Return the records, each one exactly as written.
┌─ Input
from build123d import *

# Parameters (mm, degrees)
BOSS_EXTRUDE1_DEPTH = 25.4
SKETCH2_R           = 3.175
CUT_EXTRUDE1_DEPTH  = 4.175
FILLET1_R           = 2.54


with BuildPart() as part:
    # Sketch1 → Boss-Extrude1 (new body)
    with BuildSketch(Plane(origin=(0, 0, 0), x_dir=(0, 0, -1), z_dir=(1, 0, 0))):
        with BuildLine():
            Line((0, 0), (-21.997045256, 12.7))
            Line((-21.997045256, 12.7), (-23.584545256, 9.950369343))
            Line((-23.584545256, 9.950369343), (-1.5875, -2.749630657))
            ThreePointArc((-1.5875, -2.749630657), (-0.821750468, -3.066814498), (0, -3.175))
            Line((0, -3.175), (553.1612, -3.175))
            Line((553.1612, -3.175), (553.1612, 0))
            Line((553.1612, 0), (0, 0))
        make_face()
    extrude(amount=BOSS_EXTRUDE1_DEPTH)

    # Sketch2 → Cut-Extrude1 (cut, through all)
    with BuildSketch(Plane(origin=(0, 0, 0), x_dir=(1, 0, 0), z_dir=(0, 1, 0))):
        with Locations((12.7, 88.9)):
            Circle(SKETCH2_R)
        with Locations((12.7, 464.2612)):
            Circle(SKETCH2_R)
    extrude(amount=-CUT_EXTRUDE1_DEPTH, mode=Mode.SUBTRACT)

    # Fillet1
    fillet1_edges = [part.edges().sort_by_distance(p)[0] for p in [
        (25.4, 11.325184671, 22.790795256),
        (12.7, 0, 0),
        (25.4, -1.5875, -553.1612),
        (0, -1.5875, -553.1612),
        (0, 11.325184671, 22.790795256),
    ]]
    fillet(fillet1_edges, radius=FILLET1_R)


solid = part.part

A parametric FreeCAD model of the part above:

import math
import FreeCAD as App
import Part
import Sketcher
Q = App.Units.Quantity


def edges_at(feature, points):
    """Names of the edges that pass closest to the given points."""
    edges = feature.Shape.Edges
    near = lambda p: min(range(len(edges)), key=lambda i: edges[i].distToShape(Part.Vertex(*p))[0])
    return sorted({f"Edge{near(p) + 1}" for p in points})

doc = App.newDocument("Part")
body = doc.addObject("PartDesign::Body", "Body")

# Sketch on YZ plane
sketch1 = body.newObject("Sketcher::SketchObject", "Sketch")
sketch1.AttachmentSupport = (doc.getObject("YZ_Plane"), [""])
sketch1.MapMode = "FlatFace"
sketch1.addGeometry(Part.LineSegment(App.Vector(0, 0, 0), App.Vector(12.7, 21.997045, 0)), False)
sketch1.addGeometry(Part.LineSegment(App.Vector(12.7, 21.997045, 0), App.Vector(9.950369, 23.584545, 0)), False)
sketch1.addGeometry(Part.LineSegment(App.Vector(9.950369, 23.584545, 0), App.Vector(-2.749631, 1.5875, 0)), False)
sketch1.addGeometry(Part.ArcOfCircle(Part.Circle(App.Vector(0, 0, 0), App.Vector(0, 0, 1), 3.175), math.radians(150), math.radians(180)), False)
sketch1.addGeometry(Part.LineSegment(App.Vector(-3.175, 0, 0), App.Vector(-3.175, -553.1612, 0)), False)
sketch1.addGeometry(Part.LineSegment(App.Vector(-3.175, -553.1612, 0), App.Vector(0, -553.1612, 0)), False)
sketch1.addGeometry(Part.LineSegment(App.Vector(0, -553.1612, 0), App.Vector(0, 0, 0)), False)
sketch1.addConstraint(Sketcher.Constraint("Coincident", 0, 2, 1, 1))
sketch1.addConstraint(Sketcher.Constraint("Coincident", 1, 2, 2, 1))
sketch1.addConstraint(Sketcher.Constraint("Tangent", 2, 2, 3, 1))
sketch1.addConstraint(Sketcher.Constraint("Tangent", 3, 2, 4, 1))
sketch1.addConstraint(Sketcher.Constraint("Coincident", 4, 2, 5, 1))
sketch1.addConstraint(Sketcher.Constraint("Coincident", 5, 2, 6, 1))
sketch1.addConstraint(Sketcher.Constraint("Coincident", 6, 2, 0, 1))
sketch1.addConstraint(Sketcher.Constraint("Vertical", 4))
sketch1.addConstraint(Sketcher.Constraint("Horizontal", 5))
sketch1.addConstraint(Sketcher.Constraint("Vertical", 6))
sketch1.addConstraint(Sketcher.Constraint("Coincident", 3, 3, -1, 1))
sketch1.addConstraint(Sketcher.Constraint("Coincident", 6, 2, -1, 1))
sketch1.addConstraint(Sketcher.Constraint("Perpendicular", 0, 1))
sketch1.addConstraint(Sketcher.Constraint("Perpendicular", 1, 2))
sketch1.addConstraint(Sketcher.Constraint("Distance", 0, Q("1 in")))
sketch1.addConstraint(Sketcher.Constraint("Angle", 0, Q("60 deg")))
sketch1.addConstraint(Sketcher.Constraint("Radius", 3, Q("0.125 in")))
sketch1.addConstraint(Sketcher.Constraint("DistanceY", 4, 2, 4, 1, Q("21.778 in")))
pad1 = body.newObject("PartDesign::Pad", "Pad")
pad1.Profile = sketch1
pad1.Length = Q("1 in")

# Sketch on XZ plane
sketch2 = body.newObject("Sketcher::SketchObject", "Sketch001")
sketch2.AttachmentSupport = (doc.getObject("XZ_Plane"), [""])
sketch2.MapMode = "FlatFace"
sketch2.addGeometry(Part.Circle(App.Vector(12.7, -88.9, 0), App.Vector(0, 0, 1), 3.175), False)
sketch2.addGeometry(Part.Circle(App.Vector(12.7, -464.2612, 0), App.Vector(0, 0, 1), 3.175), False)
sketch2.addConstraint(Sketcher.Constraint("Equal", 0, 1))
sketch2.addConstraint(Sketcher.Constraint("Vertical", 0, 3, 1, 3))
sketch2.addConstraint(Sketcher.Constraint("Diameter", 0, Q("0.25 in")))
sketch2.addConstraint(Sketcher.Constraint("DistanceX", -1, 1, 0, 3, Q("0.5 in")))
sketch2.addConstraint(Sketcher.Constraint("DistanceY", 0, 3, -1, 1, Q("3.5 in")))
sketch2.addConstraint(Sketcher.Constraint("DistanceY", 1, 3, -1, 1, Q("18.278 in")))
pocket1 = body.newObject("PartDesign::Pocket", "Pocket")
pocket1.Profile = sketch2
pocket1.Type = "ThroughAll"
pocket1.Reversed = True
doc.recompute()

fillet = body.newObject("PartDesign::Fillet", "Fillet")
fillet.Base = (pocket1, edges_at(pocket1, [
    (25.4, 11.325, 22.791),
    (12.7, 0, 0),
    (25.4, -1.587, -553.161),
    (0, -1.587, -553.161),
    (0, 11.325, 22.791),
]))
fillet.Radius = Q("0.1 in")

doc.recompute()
└─
▶ **Result for this exercise**:
from build123d import *

# Parameters (mm, degrees)
BOSS_EXTRUDE1_DEPTH = 25.4
SKETCH2_R           = 3.175
CUT_EXTRUDE1_DEPTH  = 4.175
FILLET1_R           = 2.54


with BuildPart() as part:
    # Sketch1 → Boss-Extrude1 (new body)
    with BuildSketch(Plane(origin=(0, 0, 0), x_dir=(0, 0, -1), z_dir=(1, 0, 0))):
        with BuildLine():
            Line((0, 0), (-21.997045256, 12.7))
            Line((-21.997045256, 12.7), (-23.584545256, 9.950369343))
            Line((-23.584545256, 9.950369343), (-1.5875, -2.749630657))
            ThreePointArc((-1.5875, -2.749630657), (-0.821750468, -3.066814498), (0, -3.175))
            Line((0, -3.175), (553.1612, -3.175))
            Line((553.1612, -3.175), (553.1612, 0))
            Line((553.1612, 0), (0, 0))
        make_face()
    extrude(amount=BOSS_EXTRUDE1_DEPTH)

    # Sketch2 → Cut-Extrude1 (cut, through all)
    with BuildSketch(Plane(origin=(0, 0, 0), x_dir=(1, 0, 0), z_dir=(0, 1, 0))):
        with Locations((12.7, 88.9)):
            Circle(SKETCH2_R)
        with Locations((12.7, 464.2612)):
            Circle(SKETCH2_R)
    extrude(amount=-CUT_EXTRUDE1_DEPTH, mode=Mode.SUBTRACT)

    # Fillet1
    fillet1_edges = [part.edges().sort_by_distance(p)[0] for p in [
        (25.4, 11.325184671, 22.790795256),
        (12.7, 0, 0),
        (25.4, -1.5875, -553.1612),
        (0, -1.5875, -553.1612),
        (0, 11.325184671, 22.790795256),
    ]]
    fillet(fillet1_edges, radius=FILLET1_R)


solid = part.part

A parametric FreeCAD model of the part above:

import math
import FreeCAD as App
import Part
import Sketcher
Q = App.Units.Quantity


def edges_at(feature, points):
    """Names of the edges that pass closest to the given points."""
    edges = feature.Shape.Edges
    near = lambda p: min(range(len(edges)), key=lambda i: edges[i].distToShape(Part.Vertex(*p))[0])
    return sorted({f"Edge{near(p) + 1}" for p in points})

doc = App.newDocument("Part")
body = doc.addObject("PartDesign::Body", "Body")

# Sketch on YZ plane
sketch1 = body.newObject("Sketcher::SketchObject", "Sketch")
sketch1.AttachmentSupport = (doc.getObject("YZ_Plane"), [""])
sketch1.MapMode = "FlatFace"
sketch1.addGeometry(Part.LineSegment(App.Vector(0, 0, 0), App.Vector(12.7, 21.997045, 0)), False)
sketch1.addGeometry(Part.LineSegment(App.Vector(12.7, 21.997045, 0), App.Vector(9.950369, 23.584545, 0)), False)
sketch1.addGeometry(Part.LineSegment(App.Vector(9.950369, 23.584545, 0), App.Vector(-2.749631, 1.5875, 0)), False)
sketch1.addGeometry(Part.ArcOfCircle(Part.Circle(App.Vector(0, 0, 0), App.Vector(0, 0, 1), 3.175), math.radians(150), math.radians(180)), False)
sketch1.addGeometry(Part.LineSegment(App.Vector(-3.175, 0, 0), App.Vector(-3.175, -553.1612, 0)), False)
sketch1.addGeometry(Part.LineSegment(App.Vector(-3.175, -553.1612, 0), App.Vector(0, -553.1612, 0)), False)
sketch1.addGeometry(Part.LineSegment(App.Vector(0, -553.1612, 0), App.Vector(0, 0, 0)), False)
sketch1.addConstraint(Sketcher.Constraint("Coincident", 0, 2, 1, 1))
sketch1.addConstraint(Sketcher.Constraint("Coincident", 1, 2, 2, 1))
sketch1.addConstraint(Sketcher.Constraint("Tangent", 2, 2, 3, 1))
sketch1.addConstraint(Sketcher.Constraint("Tangent", 3, 2, 4, 1))
sketch1.addConstraint(Sketcher.Constraint("Coincident", 4, 2, 5, 1))
sketch1.addConstraint(Sketcher.Constraint("Coincident", 5, 2, 6, 1))
sketch1.addConstraint(Sketcher.Constraint("Coincident", 6, 2, 0, 1))
sketch1.addConstraint(Sketcher.Constraint("Vertical", 4))
sketch1.addConstraint(Sketcher.Constraint("Horizontal", 5))
sketch1.addConstraint(Sketcher.Constraint("Vertical", 6))
sketch1.addConstraint(Sketcher.Constraint("Coincident", 3, 3, -1, 1))
sketch1.addConstraint(Sketcher.Constraint("Coincident", 6, 2, -1, 1))
sketch1.addConstraint(Sketcher.Constraint("Perpendicular", 0, 1))
sketch1.addConstraint(Sketcher.Constraint("Perpendicular", 1, 2))
sketch1.addConstraint(Sketcher.Constraint("Distance", 0, Q("1 in")))
sketch1.addConstraint(Sketcher.Constraint("Angle", 0, Q("60 deg")))
sketch1.addConstraint(Sketcher.Constraint("Radius", 3, Q("0.125 in")))
sketch1.addConstraint(Sketcher.Constraint("DistanceY", 4, 2, 4, 1, Q("21.778 in")))
pad1 = body.newObject("PartDesign::Pad", "Pad")
pad1.Profile = sketch1
pad1.Length = Q("1 in")

# Sketch on XZ plane
sketch2 = body.newObject("Sketcher::SketchObject", "Sketch001")
sketch2.AttachmentSupport = (doc.getObject("XZ_Plane"), [""])
sketch2.MapMode = "FlatFace"
sketch2.addGeometry(Part.Circle(App.Vector(12.7, -88.9, 0), App.Vector(0, 0, 1), 3.175), False)
sketch2.addGeometry(Part.Circle(App.Vector(12.7, -464.2612, 0), App.Vector(0, 0, 1), 3.175), False)
sketch2.addConstraint(Sketcher.Constraint("Equal", 0, 1))
sketch2.addConstraint(Sketcher.Constraint("Vertical", 0, 3, 1, 3))
sketch2.addConstraint(Sketcher.Constraint("Diameter", 0, Q("0.25 in")))
sketch2.addConstraint(Sketcher.Constraint("DistanceX", -1, 1, 0, 3, Q("0.5 in")))
sketch2.addConstraint(Sketcher.Constraint("DistanceY", 0, 3, -1, 1, Q("3.5 in")))
sketch2.addConstraint(Sketcher.Constraint("DistanceY", 1, 3, -1, 1, Q("18.278 in")))
pocket1 = body.newObject("PartDesign::Pocket", "Pocket")
pocket1.Profile = sketch2
pocket1.Type = "ThroughAll"
pocket1.Reversed = True
doc.recompute()

fillet = body.newObject("PartDesign::Fillet", "Fillet")
fillet.Base = (pocket1, edges_at(pocket1, [
    (25.4, 11.325, 22.791),
    (12.7, 0, 0),
    (25.4, -1.587, -553.161),
    (0, -1.587, -553.161),
    (0, 11.325, 22.791),
]))
fillet.Radius = Q("0.1 in")

doc.recompute()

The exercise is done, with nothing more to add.